A nonmotivational talk, by contrast, typically includes confronting, judging, persuading and offering advice without having been asked for it. According to background information in the article, which appears in the October issue of The American Journal of Preventive Medicine, motivational interviewing has been found effective for reducing alcohol use and smoking, and has shown some promise in weight loss.

Statistical analysis showed no significant difference between the patients who had discussed the weight problem with their doctors and those who had not. Three months later, most patients were almost exactly the same weight or heavier.

But looking only at the 320 patients who had discussed weight, they found that a motivational interview was associated with a significant weight loss — 3.5 pounds more than those who had had a nonmotivational conversation. The difference persisted even after controlling for age, race, sex, economic status, educational level, general health and other factors.

Dr. Nicolas Rodondi, an assistant professor of medicine at the University of Lausanne in Switzerland, who has published widely on weight and health but was not involved in the current work, called the study “good and interesting.” But he hesitated when asked about the enduring effect of motivational interviewing.

“The timing of three months is instructive,” he said, “but it remains to be proven whether it will translate to long-term weight loss.”

The lead researcher, Kathryn I. Pollak, an associate professor of community and family medicine at Duke, pointed out that most of what doctors say to patients is expert advice, offered prescriptively: take this pill, rest in bed, call me in the morning. But this kind of direction does not work to change behavior.

“When it comes to behavior change, the patient is the expert, not the doctor,” she said. “The whole point is to help the patient solve the problem himself. Doctors have to see the difference between behavioral counseling and the rest of their job.”

Neither patients nor doctors knew at the outset that the study was about weight, and the sample was fairly large — two factors that lend strength to the conclusions. On the other hand, the observational design, the fact that medication use was not tracked, and the lack of younger and lower-income patients limit the conclusions that can be drawn.

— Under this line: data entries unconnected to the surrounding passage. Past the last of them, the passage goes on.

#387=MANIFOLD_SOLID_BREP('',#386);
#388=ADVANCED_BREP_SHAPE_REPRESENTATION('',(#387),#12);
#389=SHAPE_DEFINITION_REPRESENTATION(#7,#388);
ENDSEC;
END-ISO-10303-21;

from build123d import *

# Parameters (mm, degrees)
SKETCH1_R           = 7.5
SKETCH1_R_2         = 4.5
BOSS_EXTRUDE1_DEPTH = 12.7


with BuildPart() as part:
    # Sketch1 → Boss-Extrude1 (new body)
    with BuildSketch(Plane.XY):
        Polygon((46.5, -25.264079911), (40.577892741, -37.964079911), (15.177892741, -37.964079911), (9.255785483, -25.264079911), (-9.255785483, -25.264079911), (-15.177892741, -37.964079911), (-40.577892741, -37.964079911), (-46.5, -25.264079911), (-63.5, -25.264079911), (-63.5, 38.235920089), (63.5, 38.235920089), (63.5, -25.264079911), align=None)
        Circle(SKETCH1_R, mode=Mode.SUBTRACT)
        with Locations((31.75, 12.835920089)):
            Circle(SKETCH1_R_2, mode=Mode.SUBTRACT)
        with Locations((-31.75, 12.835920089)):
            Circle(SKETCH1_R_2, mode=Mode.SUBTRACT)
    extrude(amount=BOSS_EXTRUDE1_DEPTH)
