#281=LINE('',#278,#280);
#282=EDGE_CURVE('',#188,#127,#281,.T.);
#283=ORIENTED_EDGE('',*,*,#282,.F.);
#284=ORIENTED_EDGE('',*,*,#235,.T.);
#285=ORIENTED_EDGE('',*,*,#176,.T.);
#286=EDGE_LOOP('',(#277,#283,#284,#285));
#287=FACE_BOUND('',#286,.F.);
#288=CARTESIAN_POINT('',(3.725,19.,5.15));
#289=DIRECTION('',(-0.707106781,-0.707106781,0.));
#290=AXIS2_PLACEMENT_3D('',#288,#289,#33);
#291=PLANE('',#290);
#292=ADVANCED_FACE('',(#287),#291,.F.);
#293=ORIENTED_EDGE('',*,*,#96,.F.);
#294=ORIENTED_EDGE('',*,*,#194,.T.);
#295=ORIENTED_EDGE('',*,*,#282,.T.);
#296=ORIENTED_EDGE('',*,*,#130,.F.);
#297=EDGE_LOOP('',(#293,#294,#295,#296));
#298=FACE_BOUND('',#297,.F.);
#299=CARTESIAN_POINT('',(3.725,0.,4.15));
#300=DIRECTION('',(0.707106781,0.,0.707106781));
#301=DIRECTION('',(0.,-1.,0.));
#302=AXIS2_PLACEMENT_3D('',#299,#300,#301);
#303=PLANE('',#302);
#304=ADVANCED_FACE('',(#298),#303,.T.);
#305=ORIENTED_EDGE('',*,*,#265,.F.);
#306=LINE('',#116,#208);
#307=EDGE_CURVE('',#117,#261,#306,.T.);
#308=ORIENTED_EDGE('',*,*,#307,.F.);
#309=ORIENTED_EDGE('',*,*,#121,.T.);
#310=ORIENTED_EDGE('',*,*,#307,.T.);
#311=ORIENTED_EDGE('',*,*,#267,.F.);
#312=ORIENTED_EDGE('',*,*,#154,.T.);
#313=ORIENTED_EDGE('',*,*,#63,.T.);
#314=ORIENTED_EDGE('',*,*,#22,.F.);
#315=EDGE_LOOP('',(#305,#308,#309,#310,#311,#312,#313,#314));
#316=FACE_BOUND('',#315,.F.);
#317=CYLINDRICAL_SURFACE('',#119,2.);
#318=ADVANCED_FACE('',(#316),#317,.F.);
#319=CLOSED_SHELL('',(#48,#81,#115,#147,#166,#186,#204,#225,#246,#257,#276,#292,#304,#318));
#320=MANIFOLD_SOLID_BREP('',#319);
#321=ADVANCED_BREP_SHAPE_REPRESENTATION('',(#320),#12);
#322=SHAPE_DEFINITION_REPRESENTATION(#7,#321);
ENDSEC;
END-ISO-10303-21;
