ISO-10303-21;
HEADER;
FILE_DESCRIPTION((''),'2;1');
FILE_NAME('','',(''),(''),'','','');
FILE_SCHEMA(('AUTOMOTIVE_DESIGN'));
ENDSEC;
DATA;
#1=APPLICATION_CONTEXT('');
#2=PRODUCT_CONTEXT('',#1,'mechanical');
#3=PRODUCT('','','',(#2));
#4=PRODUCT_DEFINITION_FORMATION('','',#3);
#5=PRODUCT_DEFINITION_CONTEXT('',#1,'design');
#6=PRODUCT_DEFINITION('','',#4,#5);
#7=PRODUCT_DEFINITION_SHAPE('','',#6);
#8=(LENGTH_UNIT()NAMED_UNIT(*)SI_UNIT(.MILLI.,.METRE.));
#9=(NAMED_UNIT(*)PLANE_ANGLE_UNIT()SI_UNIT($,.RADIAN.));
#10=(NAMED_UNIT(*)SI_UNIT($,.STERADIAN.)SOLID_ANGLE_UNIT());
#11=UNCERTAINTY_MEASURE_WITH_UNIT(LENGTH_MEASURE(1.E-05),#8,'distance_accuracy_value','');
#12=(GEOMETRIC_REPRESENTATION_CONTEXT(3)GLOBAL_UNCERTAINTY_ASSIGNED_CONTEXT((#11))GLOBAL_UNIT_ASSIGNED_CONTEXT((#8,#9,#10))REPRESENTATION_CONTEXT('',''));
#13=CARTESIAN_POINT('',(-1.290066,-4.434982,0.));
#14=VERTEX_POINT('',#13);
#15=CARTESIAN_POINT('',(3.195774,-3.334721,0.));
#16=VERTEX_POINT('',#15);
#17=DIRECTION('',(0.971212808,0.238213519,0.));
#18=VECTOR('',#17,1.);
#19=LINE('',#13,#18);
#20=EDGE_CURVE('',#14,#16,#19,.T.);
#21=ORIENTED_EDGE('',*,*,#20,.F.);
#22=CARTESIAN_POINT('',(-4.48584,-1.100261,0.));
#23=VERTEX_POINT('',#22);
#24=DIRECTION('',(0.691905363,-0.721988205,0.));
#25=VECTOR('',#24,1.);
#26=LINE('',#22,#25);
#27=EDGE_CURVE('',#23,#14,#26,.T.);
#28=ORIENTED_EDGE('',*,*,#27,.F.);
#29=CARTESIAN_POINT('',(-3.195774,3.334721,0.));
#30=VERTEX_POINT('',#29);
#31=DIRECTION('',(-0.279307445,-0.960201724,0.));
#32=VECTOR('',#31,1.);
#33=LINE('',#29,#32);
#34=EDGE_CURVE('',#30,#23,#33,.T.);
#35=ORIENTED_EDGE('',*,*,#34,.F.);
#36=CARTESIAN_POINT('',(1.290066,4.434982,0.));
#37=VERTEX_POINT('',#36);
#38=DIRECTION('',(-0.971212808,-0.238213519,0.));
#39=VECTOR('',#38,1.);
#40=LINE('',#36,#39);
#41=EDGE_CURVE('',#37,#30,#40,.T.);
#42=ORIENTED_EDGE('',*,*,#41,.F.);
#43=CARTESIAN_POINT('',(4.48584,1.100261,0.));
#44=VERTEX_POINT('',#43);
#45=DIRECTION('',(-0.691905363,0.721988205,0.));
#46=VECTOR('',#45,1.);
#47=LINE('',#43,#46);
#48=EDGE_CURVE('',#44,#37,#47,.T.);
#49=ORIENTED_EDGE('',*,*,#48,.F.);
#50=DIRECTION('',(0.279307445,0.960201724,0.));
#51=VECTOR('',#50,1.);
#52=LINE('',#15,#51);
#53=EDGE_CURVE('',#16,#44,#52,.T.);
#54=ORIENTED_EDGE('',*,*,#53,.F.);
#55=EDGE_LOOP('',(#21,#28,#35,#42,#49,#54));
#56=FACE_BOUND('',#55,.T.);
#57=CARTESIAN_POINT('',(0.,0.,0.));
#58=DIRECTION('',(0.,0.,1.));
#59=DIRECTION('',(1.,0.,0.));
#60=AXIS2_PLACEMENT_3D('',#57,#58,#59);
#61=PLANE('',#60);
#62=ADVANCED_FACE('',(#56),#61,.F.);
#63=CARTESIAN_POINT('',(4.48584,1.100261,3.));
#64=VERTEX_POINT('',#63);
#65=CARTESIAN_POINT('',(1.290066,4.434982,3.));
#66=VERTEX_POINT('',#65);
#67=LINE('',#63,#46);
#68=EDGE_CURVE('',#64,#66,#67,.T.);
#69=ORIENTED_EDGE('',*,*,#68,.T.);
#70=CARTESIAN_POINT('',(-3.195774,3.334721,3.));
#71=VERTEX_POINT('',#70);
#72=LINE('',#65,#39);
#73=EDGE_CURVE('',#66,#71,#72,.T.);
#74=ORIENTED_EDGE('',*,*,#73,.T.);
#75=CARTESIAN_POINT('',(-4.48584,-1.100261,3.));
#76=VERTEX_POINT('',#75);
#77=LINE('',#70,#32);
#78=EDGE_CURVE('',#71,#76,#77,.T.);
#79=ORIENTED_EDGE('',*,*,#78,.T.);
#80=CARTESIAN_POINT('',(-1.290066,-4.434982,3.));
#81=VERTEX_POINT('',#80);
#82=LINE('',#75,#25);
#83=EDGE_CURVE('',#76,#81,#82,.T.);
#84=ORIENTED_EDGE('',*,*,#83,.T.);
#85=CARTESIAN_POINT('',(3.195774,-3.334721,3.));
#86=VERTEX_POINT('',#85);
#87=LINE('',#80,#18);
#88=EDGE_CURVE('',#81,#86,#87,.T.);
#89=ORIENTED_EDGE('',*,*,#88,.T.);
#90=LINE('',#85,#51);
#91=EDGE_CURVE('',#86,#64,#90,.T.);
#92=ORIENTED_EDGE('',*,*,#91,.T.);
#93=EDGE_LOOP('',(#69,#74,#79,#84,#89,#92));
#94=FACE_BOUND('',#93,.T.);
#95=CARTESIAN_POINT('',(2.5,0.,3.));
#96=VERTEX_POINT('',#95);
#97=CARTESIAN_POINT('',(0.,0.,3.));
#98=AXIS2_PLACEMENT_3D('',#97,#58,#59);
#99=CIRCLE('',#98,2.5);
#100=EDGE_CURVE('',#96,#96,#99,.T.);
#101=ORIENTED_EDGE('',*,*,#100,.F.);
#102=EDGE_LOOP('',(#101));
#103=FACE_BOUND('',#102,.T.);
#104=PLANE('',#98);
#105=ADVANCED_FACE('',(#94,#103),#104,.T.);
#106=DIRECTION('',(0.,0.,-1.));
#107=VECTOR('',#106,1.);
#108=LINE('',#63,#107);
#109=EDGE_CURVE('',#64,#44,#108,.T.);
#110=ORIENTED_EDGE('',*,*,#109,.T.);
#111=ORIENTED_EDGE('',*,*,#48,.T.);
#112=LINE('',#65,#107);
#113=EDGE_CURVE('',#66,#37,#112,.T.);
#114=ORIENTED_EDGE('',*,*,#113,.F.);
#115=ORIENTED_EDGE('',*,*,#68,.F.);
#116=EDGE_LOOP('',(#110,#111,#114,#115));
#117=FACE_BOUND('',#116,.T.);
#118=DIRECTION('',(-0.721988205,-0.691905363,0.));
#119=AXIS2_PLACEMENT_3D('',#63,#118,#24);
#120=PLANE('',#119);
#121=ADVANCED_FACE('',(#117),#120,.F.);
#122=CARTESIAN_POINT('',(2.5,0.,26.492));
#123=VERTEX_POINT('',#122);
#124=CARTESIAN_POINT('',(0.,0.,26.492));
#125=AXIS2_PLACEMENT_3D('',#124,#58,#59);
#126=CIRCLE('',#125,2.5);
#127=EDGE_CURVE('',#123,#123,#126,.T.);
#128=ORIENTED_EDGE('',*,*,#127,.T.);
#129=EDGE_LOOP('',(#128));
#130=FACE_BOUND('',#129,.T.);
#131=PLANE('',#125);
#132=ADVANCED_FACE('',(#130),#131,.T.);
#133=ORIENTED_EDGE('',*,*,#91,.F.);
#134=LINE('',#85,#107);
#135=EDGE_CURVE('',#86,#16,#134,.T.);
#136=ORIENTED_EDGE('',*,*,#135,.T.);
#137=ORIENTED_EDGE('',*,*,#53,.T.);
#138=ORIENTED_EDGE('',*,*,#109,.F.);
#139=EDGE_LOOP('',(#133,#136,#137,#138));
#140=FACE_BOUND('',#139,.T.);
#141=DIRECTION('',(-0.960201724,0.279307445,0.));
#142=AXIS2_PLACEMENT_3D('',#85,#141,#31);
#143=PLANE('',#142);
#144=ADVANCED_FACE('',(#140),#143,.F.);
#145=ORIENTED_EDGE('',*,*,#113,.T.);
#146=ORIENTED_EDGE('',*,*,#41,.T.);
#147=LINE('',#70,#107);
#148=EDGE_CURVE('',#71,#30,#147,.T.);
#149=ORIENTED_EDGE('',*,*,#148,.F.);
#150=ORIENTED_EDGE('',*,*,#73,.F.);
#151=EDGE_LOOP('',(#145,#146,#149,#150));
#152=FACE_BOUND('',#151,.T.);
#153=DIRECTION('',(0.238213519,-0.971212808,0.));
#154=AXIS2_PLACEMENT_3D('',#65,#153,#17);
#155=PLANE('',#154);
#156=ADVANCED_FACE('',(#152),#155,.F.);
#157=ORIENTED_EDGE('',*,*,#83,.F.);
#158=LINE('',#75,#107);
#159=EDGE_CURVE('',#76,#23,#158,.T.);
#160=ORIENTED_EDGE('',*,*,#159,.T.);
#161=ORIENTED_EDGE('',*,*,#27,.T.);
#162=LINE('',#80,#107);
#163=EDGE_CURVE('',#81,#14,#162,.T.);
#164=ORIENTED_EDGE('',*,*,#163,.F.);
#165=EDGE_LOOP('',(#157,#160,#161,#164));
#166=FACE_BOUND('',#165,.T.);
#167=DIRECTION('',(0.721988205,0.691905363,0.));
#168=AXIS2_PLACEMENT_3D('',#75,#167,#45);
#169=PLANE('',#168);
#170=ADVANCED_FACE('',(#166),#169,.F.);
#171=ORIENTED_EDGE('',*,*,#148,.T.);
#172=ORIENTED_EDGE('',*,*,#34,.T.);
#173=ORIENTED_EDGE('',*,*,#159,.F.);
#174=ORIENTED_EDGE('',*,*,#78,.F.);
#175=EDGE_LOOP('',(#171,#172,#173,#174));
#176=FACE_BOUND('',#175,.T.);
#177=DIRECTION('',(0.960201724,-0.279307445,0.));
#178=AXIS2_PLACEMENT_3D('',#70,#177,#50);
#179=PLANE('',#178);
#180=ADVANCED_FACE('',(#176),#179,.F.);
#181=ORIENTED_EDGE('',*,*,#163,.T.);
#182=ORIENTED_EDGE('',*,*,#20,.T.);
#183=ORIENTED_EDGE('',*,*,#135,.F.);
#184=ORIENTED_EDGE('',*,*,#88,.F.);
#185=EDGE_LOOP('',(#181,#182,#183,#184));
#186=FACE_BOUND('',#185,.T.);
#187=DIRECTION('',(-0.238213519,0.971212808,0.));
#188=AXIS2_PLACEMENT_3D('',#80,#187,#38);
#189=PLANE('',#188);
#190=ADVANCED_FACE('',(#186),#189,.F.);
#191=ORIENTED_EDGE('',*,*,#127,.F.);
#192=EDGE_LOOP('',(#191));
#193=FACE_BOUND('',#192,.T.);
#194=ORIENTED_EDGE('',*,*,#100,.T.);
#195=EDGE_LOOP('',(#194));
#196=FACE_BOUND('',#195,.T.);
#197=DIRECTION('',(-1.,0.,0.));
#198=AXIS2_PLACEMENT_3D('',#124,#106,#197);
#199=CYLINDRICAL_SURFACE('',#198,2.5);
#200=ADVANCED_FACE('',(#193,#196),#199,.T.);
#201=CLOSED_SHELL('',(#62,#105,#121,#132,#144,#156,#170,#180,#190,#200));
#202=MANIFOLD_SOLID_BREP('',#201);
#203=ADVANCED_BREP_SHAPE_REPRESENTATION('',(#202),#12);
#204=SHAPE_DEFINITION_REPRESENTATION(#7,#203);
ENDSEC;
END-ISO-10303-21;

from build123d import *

# Parameters (mm, degrees)
BOSS_EXTRUDE1_DEPTH = 3
SKETCH2_R           = 2.5
BOSS_EXTRUDE2_DEPTH = 23.492


with BuildPart() as part:
    # Sketch1 → Boss-Extrude1 (new body)
    with BuildSketch(Plane.XY):
        Polygon((-3.195773982, 3.334720677), (-4.485839811, -1.100261115), (-1.29006583, -4.434981791), (3.195773982, -3.334720677), (4.485839811, 1.100261115), (1.29006583, 4.434981791), align=None)
    extrude(amount=BOSS_EXTRUDE1_DEPTH)

    # Sketch2 → Boss-Extrude2 (add)
    with BuildSketch(Plane.XY.offset(3)):
        Circle(SKETCH2_R)
    extrude(amount=BOSS_EXTRUDE2_DEPTH)


solid = part.part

Also, the authors acknowledge that a three-month study says nothing about the effectiveness of motivational interviewing over the long term.

Dr. Pollak said there was no question that doctors paid attention to the problem — in this study, the doctors who mentioned weight spent almost 15 percent of their time on the subject.

“Doctors are hearing the message that they need to do something,” she said. “They’re trying, but they’re not doing it right.”